It turns out, however, the police account was largely exaggerated, and the cops had utilized their pull in the media to justify their infamously paranoid and heavy handed security preparations.  They wanted to show that their harsh measures were desperately needed, because these were dangerous rioters who injured hundreds of the brave cops.  Apparently other segments in the elite were not at all pleased by how this maneuver set the tone for and overshadowed the coming summit just to satisfy the public relations interests of the police: instead of symbolic handshakes sealing bullshit deals on poverty and greenhouse gas reduction, the front page showed the riots.  Consequently, in the following weeks the corporate media included a number of denunciations of police exaggerations, showing how contradictions among the elite can benefit and be exploited by radicals.

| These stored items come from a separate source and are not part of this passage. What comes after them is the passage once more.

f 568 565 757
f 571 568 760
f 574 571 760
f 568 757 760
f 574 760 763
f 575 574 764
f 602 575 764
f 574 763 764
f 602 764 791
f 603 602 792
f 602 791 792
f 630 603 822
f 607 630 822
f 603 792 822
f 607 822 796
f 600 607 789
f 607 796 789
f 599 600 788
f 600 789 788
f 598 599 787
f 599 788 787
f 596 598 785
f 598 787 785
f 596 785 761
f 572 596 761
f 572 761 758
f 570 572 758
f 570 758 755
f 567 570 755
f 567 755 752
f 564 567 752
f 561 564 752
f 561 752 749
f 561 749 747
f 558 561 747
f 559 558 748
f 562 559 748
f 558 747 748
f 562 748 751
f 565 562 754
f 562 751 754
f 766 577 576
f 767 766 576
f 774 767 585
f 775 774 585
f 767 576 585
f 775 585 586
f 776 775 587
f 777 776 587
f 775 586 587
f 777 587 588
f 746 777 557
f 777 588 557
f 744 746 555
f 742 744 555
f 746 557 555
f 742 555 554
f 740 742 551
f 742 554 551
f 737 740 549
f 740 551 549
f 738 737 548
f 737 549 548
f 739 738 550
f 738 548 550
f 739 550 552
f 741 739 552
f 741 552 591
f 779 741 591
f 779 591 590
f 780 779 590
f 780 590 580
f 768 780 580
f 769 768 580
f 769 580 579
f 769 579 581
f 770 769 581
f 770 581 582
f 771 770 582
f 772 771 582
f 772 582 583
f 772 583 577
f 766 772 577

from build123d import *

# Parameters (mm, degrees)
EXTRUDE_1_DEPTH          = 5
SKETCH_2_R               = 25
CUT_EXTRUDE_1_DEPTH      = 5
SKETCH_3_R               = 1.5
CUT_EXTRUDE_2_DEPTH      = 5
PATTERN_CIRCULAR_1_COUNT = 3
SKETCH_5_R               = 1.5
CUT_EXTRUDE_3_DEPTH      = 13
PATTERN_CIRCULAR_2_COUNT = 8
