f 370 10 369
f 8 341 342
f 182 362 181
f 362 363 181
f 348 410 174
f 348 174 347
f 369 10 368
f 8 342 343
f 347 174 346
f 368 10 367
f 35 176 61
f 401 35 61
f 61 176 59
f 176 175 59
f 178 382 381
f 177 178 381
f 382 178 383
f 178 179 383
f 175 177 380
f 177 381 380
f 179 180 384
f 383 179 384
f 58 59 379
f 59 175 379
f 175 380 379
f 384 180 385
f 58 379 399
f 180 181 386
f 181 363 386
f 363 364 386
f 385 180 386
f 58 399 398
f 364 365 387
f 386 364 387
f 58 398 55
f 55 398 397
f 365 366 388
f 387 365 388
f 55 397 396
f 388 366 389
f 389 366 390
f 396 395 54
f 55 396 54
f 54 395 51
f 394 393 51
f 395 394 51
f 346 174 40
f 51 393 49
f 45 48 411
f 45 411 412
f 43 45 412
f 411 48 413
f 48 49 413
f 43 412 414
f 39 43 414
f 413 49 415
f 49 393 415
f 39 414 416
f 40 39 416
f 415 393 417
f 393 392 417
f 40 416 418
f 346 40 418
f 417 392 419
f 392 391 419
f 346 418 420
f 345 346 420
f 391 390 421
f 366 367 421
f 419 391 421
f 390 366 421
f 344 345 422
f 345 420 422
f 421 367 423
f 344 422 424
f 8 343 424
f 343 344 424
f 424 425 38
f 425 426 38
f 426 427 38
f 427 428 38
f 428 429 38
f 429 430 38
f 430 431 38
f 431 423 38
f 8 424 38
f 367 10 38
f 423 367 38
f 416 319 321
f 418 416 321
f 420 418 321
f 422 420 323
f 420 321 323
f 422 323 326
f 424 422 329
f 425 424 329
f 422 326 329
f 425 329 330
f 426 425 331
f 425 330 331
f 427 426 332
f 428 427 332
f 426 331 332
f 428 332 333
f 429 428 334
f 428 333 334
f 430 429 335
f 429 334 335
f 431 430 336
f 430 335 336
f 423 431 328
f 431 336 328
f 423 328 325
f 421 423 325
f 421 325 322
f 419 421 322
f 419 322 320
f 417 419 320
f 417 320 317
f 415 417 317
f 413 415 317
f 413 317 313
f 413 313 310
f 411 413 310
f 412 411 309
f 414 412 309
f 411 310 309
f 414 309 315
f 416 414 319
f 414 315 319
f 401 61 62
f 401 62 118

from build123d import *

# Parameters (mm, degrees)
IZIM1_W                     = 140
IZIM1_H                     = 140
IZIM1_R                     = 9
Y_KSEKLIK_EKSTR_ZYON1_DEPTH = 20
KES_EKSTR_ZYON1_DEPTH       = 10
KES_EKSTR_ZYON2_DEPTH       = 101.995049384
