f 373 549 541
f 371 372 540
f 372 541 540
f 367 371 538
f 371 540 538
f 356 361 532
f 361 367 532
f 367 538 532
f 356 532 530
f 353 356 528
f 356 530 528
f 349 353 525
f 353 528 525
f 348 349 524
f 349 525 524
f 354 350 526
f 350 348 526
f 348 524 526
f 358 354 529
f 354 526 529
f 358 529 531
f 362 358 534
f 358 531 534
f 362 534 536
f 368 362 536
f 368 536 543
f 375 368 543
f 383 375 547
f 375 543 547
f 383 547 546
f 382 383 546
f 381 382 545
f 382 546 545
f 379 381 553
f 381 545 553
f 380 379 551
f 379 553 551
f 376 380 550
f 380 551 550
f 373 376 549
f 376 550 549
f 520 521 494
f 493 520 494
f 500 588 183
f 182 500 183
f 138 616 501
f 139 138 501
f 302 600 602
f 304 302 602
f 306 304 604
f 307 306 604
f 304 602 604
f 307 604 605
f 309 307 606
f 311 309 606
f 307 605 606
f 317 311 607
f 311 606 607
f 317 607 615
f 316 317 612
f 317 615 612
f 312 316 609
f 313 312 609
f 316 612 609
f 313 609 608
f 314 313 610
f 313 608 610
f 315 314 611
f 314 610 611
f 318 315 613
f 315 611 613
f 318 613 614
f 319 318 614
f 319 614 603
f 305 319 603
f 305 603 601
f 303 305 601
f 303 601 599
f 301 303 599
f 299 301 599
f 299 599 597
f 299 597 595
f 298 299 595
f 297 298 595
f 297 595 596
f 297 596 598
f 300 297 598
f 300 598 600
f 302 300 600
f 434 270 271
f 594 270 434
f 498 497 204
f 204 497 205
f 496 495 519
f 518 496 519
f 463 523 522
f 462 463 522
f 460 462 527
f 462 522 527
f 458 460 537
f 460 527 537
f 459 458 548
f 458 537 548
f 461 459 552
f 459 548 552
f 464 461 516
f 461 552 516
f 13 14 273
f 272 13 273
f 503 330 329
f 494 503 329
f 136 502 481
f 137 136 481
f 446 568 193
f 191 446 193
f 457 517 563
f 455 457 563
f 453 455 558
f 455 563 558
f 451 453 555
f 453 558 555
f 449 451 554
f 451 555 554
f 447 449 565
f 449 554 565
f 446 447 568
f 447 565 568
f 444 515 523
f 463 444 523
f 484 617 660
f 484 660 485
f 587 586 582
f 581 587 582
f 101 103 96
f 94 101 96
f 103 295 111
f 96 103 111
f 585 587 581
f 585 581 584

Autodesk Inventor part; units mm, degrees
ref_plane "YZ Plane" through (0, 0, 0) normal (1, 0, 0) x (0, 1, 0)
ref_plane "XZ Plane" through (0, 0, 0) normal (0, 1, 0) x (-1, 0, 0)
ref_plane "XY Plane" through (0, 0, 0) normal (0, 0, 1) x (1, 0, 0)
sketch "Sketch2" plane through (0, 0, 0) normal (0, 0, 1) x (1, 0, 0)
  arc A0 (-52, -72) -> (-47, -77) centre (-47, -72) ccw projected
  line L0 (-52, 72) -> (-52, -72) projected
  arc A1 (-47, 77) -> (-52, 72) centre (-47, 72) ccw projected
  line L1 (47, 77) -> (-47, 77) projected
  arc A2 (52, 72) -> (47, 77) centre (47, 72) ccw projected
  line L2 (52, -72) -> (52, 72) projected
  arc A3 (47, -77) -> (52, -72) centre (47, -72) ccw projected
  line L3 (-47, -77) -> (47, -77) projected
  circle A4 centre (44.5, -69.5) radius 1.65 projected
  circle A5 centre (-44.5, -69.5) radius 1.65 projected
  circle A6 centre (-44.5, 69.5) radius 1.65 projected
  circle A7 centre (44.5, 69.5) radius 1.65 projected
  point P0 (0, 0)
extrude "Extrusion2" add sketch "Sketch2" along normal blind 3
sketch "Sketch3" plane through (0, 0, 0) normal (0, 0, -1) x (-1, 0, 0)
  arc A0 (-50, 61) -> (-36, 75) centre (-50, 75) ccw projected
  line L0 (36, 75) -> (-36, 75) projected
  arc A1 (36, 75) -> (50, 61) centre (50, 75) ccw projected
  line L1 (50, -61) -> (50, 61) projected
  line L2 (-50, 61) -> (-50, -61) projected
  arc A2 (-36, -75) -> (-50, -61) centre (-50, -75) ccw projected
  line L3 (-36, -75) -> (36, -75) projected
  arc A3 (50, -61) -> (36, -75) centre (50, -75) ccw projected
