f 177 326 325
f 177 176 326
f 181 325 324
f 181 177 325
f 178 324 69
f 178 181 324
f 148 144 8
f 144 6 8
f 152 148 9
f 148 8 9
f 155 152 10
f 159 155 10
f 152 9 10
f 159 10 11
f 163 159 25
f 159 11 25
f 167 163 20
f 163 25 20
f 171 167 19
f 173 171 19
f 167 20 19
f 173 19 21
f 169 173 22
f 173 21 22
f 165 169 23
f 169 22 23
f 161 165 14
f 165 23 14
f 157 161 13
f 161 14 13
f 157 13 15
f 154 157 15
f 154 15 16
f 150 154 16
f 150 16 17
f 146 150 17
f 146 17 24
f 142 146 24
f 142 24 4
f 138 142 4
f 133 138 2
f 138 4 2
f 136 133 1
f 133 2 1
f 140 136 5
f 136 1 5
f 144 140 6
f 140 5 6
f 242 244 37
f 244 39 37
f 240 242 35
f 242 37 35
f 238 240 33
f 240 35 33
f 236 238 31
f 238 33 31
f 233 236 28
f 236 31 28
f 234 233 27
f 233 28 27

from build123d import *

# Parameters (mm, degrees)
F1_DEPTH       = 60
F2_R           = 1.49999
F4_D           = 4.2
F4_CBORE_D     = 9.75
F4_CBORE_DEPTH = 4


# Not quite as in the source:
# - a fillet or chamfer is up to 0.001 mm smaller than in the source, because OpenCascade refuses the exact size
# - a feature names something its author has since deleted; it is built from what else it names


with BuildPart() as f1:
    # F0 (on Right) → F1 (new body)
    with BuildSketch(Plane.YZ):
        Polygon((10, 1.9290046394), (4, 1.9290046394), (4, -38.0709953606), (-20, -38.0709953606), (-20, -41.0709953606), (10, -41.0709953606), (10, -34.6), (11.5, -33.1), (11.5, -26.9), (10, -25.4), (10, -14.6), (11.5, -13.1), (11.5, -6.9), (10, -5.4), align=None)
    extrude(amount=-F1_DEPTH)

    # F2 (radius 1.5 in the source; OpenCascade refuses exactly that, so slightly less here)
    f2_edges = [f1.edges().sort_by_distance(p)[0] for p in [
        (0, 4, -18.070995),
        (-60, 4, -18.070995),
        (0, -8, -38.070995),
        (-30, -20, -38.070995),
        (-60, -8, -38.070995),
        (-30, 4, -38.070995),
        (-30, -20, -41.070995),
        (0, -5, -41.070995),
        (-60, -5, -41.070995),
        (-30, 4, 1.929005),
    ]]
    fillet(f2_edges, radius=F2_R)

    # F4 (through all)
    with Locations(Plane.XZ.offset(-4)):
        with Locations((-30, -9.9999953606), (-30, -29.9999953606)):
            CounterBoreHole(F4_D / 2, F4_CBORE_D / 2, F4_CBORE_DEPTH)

Nonetheless, the riots were not altogether small, and they provided a satisfying opportunity for those participating in them.  Many people who had worked on organizing the protests felt this day was not the best for a riot, raising the question of how to construct strategy without controlling the participation of all the protestors.  The following day, unfortunately, was an agricultural protest organized with a largely pacifist character, so the cops were able to sweep up nearly everyone whom they thought was involved with the previous day’s festivities, while the demo organizers yelled at people trying to prevent the arrests, because self-defense and solidarity were “provoking the police.”  From there on out it got better, and the organizers of the immigrant demo the next day helped keep the march tight and prevented the police from arresting anyone, which is especially good considering the crowd included a number of undocumented people.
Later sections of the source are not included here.